:: SUPPLIED RECORDS

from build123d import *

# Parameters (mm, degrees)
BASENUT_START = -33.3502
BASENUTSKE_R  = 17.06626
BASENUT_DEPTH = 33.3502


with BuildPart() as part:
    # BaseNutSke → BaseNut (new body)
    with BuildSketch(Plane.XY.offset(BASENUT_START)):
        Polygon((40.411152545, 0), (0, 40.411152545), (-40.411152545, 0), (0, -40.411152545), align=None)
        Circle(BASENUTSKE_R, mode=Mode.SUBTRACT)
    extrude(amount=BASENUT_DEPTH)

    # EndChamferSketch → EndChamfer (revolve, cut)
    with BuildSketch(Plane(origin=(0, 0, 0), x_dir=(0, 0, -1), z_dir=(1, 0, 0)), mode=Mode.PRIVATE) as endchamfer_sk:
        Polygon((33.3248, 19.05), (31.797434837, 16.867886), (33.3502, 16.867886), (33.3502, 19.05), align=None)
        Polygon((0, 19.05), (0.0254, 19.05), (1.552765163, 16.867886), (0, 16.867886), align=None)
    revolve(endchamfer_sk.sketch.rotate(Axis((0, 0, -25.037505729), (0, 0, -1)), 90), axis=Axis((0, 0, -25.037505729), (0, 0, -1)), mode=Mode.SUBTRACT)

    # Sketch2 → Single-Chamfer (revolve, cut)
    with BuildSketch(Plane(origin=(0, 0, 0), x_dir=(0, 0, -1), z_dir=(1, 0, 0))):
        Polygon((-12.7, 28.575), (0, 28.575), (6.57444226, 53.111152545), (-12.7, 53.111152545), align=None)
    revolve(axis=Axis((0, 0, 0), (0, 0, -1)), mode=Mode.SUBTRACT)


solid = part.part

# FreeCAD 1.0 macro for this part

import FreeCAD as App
import Part
import Sketcher

V = App.Vector
Q = App.Units.Quantity

doc = App.newDocument("Part")
body = doc.addObject("PartDesign::Body", "Body")

# Sketch on XY plane
sketch1 = body.newObject("Sketcher::SketchObject", "Sketch")
sketch1.AttachmentSupport = (doc.getObject("XY_Plane"), [""])
sketch1.MapMode = "FlatFace"
sketch1.AttachmentOffset = App.Placement(V(0, 0, -1.313 * 25.4), App.Rotation())
sketch1.addGeometry([
    Part.LineSegment(V(40.411153, 0, 0), V(0, 40.411153, 0)),  # 0
    Part.LineSegment(V(0, 40.411153, 0), V(-40.411153, 0, 0)),  # 1
    Part.LineSegment(V(-40.411153, 0, 0), V(0, -40.411153, 0)),  # 2
    Part.LineSegment(V(0, -40.411153, 0), V(40.411153, 0, 0)),  # 3
    Part.Circle(V(0, 0, 0), V(0, 0, 1), 17.06626),  # 4
], False)
sketch1.addConstraint([
    Sketcher.Constraint("Coincident", 0, 2, 1, 1),
    Sketcher.Constraint("Coincident", 1, 2, 2, 1),
    Sketcher.Constraint("Coincident", 2, 2, 3, 1),
    Sketcher.Constraint("Coincident", 3, 2, 0, 1),
    Sketcher.Constraint("Coincident", 4, 3, -1, 1),
    Sketcher.Constraint("Symmetric", 0, 2, 2, 2, -1, 1),
    Sketcher.Constraint("Symmetric", 1, 2, 3, 2, -1, 1),
    Sketcher.Constraint("PointOnObject", 0, 2, -2),
    Sketcher.Constraint("PointOnObject", 1, 2, -1),
    Sketcher.Constraint("Perpendicular", 0, 1),
    Sketcher.Constraint("Diameter", 4, Q("1.3438 in")),
    Sketcher.Constraint("Distance", 0, Q("2.25 in")),
])
pad1 = body.newObject("PartDesign::Pad", "Pad")
pad1.Profile = sketch1
pad1.Length = Q("1.313 in")

# Sketch on YZ plane
sketch2 = body.newObject("Sketcher::SketchObject", "Sketch001")
sketch2.AttachmentSupport = (doc.getObject("YZ_Plane"), [""])
sketch2.MapMode = "FlatFace"
sketch2.addGeometry([
    Part.LineSegment(V(19.05, -33.3248, 0), V(16.867886, -31.797435, 0)),  # 0
    Part.LineSegment(V(16.867886, -31.797435, 0), V(16.867886, -33.3502, 0)),  # 1
    Part.LineSegment(V(16.867886, -33.3502, 0), V(19.05, -33.3502, 0)),  # 2
    Part.LineSegment(V(19.05, -33.3502, 0), V(19.05, -33.3248, 0)),  # 3
    Part.LineSegment(V(19.05, -0.0254, 0), V(19.05, 0, 0)),  # 4
    Part.LineSegment(V(19.05, 0, 0), V(16.867886, 0, 0)),  # 5
    Part.LineSegment(V(16.867886, 0, 0), V(16.867886, -1.552765, 0)),  # 6
    Part.LineSegment(V(16.867886, -1.552765, 0), V(19.05, -0.0254, 0)),  # 7
], False)
sketch2.addConstraint([
    Sketcher.Constraint("Coincident", 0, 2, 1, 1),
    Sketcher.Constraint("Coincident", 1, 2, 2, 1),
    Sketcher.Constraint("Coincident", 2, 2, 3, 1),
    Sketcher.Constraint("Coincident", 3, 2, 0, 1),
    Sketcher.Constraint("Coincident", 4, 2, 5, 1),
    Sketcher.Constraint("Coincident", 5, 2, 6, 1),
    Sketcher.Constraint("Coincident", 6, 2, 7, 1),
    Sketcher.Constraint("Coincident", 7, 2, 4, 1),
    Sketcher.Constraint("Vertical", 1),
    Sketcher.Constraint("Horizontal", 2),
    Sketcher.Constraint("Vertical", 3),
    Sketcher.Constraint("Vertical", 4),
    Sketcher.Constraint("Horizontal", 5),
    Sketcher.Constraint("Vertical", 6),
    Sketcher.Constraint("PointOnObject", 4, 2, -1),
    Sketcher.Constraint("Vertical", 3, 2, 4, 2),
    Sketcher.Constraint("Vertical", 1, 2, 5, 2),
    Sketcher.Constraint("Equal", 3, 4),
    Sketcher.Constraint("Equal", 1, 6),
    Sketcher.Constraint("DistanceY", 3, 1, 3, 2, Q("0.001 in")),
    Sketcher.Constraint("DistanceX", -1, 1, 2, 2, Q("0.75 in")),
    Sketcher.Constraint("Angle", 0, Q("145.01 deg")),
    Sketcher.Constraint("DistanceY", 1, 2, -1, 1, Q("1.313 in")),
    Sketcher.Constraint("DistanceX", 2, 1, 2, 2, 2.182114),
])
groove = body.newObject("PartDesign::Groove", "Groove")
groove.Profile = sketch2
groove.ReferenceAxis = (sketch2, ["V_Axis"])
groove.Angle = 360

# Sketch on YZ plane
sketch3 = body.newObject("Sketcher::SketchObject", "Sketch002")
sketch3.AttachmentSupport = (doc.getObject("YZ_Plane"), [""])
sketch3.MapMode = "FlatFace"
sketch3.addGeometry([
    Part.LineSegment(V(28.575, 12.7, 0), V(28.575, 0, 0)),
    Part.LineSegment(V(28.575, 0, 0), V(53.111153, -6.574442, 0)),
    Part.LineSegment(V(53.111153, -6.574442, 0), V(53.111153, 12.7, 0)),
    Part.LineSegment(V(53.111153, 12.7, 0), V(28.575, 12.7, 0)),
], False)
sketch3.addConstraint([
    Sketcher.Constraint("Coincident", 0, 2, 1, 1),
    Sketcher.Constraint("Coincident", 1, 2, 2, 1),
    Sketcher.Constraint("Coincident", 2, 2, 3, 1),
    Sketcher.Constraint("Coincident", 3, 2, 0, 1),
    Sketcher.Constraint("Vertical", 0),
    Sketcher.Constraint("Vertical", 2),
    Sketcher.Constraint("Horizontal", 3),
    Sketcher.Constraint("PointOnObject", 0, 2, -1),
    Sketcher.Constraint("DistanceY", 0, 2, 0, 1, Q("0.5 in")),
    Sketcher.Constraint("Angle", 1, Q("-15 deg")),
    Sketcher.Constraint("DistanceX", -1, 1, 0, 2, Q("1.125 in")),
    Sketcher.Constraint("DistanceX", 3, 2, 3, 1, 24.536153),
])
groove2 = body.newObject("PartDesign::Groove", "Groove001")
groove2.Profile = sketch3
groove2.ReferenceAxis = (sketch3, ["V_Axis"])
groove2.Angle = 360

doc.recompute()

::::

▶ **WHAT TO WORK ON**
From the records above, repeat exactly the lines from the one with "-25.037505729), (0, 0, -1)), mode=Mode.SUBTRACT)" through the one with "# FreeCAD 1.0 macro for this part", both included.

▶ **ANSWER FOR THIS EXERCISE**
    revolve(endchamfer_sk.sketch.rotate(Axis((0, 0, -25.037505729), (0, 0, -1)), 90), axis=Axis((0, 0, -25.037505729), (0, 0, -1)), mode=Mode.SUBTRACT)

    # Sketch2 → Single-Chamfer (revolve, cut)
    with BuildSketch(Plane(origin=(0, 0, 0), x_dir=(0, 0, -1), z_dir=(1, 0, 0))):
        Polygon((-12.7, 28.575), (0, 28.575), (6.57444226, 53.111152545), (-12.7, 53.111152545), align=None)
    revolve(axis=Axis((0, 0, 0), (0, 0, -1)), mode=Mode.SUBTRACT)


solid = part.part

# FreeCAD 1.0 macro for this part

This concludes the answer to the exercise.